[Collected data entries]
──────────────────────────────
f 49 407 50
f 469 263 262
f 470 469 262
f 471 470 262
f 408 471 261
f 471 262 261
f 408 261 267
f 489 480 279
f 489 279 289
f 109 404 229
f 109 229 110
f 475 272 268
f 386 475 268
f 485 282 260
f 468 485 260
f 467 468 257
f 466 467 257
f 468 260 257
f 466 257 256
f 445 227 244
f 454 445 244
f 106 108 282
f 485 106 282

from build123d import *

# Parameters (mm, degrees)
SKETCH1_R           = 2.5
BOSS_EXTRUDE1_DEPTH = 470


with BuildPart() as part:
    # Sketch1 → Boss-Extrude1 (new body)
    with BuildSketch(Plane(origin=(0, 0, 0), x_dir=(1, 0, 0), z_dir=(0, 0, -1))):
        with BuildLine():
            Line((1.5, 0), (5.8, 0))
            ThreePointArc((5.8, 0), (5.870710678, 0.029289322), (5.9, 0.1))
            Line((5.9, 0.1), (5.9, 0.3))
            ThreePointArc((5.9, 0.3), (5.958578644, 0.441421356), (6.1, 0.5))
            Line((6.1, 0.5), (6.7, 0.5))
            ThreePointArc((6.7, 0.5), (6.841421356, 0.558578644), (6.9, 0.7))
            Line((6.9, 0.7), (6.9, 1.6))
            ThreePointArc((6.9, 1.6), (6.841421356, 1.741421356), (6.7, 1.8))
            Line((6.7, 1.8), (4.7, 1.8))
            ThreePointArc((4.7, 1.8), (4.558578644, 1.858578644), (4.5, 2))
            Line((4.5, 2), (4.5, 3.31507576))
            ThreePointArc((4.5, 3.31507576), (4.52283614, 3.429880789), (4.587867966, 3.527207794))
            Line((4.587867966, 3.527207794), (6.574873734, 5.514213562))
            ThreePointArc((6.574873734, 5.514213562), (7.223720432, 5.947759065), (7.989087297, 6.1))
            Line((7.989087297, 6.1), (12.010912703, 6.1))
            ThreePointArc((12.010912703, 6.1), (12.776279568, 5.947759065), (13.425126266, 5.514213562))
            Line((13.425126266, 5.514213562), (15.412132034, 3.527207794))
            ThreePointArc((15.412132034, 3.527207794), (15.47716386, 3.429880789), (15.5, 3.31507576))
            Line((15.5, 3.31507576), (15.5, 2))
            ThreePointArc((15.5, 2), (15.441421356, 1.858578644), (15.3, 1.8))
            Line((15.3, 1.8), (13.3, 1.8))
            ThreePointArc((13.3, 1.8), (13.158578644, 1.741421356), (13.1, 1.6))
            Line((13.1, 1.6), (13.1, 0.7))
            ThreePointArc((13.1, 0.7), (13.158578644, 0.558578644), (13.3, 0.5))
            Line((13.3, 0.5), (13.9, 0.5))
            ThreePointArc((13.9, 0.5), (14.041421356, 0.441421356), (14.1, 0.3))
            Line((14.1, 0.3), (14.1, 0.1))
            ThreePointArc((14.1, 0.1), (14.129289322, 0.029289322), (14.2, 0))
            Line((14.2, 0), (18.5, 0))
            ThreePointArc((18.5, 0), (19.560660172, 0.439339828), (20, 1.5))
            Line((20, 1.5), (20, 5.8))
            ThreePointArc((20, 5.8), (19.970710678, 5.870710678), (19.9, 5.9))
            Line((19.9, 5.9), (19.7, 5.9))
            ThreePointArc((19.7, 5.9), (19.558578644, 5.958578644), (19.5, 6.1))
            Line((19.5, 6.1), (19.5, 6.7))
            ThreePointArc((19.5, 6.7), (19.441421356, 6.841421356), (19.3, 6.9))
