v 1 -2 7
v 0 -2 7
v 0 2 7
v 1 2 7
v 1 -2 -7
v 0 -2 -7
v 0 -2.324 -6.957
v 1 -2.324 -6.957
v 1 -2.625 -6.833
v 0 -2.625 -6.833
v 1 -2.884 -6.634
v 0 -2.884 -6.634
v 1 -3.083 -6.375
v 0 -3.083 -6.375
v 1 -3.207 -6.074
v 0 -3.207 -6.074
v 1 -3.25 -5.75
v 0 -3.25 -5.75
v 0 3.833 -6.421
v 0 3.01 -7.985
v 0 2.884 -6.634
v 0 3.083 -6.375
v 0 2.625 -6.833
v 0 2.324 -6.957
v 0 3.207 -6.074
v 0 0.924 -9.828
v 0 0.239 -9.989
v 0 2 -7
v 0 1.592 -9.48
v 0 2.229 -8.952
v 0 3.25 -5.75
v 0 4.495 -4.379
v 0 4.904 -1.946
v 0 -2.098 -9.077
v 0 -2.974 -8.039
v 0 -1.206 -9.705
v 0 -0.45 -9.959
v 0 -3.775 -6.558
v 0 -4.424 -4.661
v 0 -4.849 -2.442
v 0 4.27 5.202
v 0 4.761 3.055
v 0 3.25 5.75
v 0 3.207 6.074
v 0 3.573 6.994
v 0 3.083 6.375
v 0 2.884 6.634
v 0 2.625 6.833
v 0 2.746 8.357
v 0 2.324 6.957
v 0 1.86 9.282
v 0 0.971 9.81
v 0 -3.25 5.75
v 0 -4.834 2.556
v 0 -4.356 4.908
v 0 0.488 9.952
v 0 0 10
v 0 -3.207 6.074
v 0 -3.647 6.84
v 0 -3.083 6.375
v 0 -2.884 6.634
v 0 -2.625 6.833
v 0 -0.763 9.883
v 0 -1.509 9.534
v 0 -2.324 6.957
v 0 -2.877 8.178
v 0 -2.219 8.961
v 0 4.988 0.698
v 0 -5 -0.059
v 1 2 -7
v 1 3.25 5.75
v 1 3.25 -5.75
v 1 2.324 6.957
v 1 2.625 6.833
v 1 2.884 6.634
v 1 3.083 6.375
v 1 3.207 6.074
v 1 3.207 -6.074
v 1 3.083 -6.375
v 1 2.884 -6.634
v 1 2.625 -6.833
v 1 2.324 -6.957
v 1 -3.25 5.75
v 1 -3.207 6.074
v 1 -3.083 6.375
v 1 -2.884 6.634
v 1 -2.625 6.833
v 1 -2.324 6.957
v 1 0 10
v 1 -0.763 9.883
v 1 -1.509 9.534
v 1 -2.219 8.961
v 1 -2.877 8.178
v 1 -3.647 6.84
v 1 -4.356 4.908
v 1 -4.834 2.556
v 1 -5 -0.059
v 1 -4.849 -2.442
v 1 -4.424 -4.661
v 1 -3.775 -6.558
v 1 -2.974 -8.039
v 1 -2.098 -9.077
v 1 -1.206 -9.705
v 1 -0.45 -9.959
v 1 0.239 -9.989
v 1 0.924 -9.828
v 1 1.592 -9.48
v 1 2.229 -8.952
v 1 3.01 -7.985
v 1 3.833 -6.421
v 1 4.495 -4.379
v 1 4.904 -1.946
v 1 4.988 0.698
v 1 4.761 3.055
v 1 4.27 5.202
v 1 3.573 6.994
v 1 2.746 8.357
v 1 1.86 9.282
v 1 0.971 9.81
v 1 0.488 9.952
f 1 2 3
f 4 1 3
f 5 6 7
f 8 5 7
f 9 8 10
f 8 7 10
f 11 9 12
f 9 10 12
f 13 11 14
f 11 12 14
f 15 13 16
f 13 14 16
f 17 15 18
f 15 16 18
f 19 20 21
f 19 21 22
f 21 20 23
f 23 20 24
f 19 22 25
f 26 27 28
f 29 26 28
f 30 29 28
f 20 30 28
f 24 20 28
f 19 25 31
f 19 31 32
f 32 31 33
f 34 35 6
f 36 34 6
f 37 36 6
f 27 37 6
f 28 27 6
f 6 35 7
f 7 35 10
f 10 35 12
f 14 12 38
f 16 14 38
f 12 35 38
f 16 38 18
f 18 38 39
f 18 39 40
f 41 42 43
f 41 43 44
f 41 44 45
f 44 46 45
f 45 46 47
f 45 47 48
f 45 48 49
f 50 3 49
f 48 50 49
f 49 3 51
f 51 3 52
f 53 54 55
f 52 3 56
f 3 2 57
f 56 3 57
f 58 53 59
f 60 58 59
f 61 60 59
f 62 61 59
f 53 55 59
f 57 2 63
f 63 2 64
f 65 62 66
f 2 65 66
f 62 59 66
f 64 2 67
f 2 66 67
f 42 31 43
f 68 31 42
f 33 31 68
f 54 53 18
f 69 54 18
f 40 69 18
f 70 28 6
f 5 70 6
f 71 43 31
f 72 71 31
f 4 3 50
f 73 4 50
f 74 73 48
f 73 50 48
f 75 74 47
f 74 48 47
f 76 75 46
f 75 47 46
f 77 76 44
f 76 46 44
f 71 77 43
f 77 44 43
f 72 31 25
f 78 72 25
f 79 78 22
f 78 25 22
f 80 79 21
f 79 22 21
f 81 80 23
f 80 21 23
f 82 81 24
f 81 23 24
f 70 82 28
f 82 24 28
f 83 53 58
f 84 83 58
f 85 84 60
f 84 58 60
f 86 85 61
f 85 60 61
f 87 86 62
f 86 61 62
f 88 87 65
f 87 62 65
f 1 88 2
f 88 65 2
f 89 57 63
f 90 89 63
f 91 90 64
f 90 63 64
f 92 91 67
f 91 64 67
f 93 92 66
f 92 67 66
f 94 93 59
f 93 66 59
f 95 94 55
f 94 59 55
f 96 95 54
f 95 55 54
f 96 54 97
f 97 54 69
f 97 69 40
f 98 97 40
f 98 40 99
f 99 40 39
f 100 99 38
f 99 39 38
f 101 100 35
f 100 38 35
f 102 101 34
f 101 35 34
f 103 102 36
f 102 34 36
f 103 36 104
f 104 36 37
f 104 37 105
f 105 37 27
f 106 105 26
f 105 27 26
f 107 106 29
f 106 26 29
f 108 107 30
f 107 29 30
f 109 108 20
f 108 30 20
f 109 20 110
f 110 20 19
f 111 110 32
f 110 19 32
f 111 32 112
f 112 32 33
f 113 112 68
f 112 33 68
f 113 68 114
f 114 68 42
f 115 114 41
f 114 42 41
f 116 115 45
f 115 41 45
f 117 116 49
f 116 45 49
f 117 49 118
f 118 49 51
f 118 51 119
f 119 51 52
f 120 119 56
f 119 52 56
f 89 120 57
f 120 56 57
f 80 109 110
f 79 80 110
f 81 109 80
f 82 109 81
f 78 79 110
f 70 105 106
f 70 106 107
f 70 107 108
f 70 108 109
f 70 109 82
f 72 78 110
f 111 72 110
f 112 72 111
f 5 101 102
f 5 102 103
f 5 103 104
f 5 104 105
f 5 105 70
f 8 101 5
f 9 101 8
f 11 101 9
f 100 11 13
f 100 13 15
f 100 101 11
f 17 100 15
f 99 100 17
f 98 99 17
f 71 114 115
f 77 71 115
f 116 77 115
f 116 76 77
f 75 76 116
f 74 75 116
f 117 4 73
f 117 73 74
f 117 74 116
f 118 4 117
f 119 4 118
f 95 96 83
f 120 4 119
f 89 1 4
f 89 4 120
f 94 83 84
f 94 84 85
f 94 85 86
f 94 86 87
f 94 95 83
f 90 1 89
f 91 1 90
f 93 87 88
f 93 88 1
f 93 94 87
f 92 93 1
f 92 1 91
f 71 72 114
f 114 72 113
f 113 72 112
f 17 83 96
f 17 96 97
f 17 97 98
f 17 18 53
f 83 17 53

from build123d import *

# Parameters (mm, degrees)
OUTER_SKETCH_RX   = 10
OUTER_SKETCH_RY   = 5
LED_BODY_DEPTH    = 1
LED_SURFACE_DEPTH = 2


with BuildPart() as part:
    # Outer_sketch → LED_body (new body)
    with BuildSketch(Plane(origin=(0, 0, 0), x_dir=(0, 0, -1), z_dir=(1, 0, 0))):
        with Locations(Location((0, 0), (0, 0, 180))):
            Ellipse(OUTER_SKETCH_RX, OUTER_SKETCH_RY)
    extrude(amount=LED_BODY_DEPTH)

    # Hole_sketch → LED_surface (cut, through all)
    with BuildSketch(Plane(origin=(0, 0, 0), x_dir=(0, 0, -1), z_dir=(1, 0, 0))):
        with BuildLine():
            Line((-7, -2), (-7, 2))
            ThreePointArc((-7, 2), (-6.633883476, 2.883883476), (-5.75, 3.25))
            Line((-5.75, 3.25), (5.75, 3.25))
            ThreePointArc((5.75, 3.25), (6.633883476, 2.883883476), (7, 2))
            Line((7, 2), (7, -2))
            ThreePointArc((7, -2), (6.633883476, -2.883883476), (5.75, -3.25))
            Line((5.75, -3.25), (-5.75, -3.25))
            ThreePointArc((-5.75, -3.25), (-6.633883476, -2.883883476), (-7, -2))
        make_face()
    extrude(amount=LED_SURFACE_DEPTH, mode=Mode.SUBTRACT)


solid = part.part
──────────────────────────────
Up to and including the line that holds "ThreePointArc((5.8, 0), (5.870710678, 0.029289322), (5.9, 0.1))", reproduce the records above exactly from their first line, and give nothing else.

Reply to the task —
f 49 407 50
f 469 263 262
f 470 469 262
f 471 470 262
f 408 471 261
f 471 262 261
f 408 261 267
f 489 480 279
f 489 279 289
f 109 404 229
f 109 229 110
f 475 272 268
f 386 475 268
f 485 282 260
f 468 485 260
f 467 468 257
f 466 467 257
f 468 260 257
f 466 257 256
f 445 227 244
f 454 445 244
f 106 108 282
f 485 106 282

from build123d import *

# Parameters (mm, degrees)
SKETCH1_R           = 2.5
BOSS_EXTRUDE1_DEPTH = 470


with BuildPart() as part:
    # Sketch1 → Boss-Extrude1 (new body)
    with BuildSketch(Plane(origin=(0, 0, 0), x_dir=(1, 0, 0), z_dir=(0, 0, -1))):
        with BuildLine():
            Line((1.5, 0), (5.8, 0))
            ThreePointArc((5.8, 0), (5.870710678, 0.029289322), (5.9, 0.1))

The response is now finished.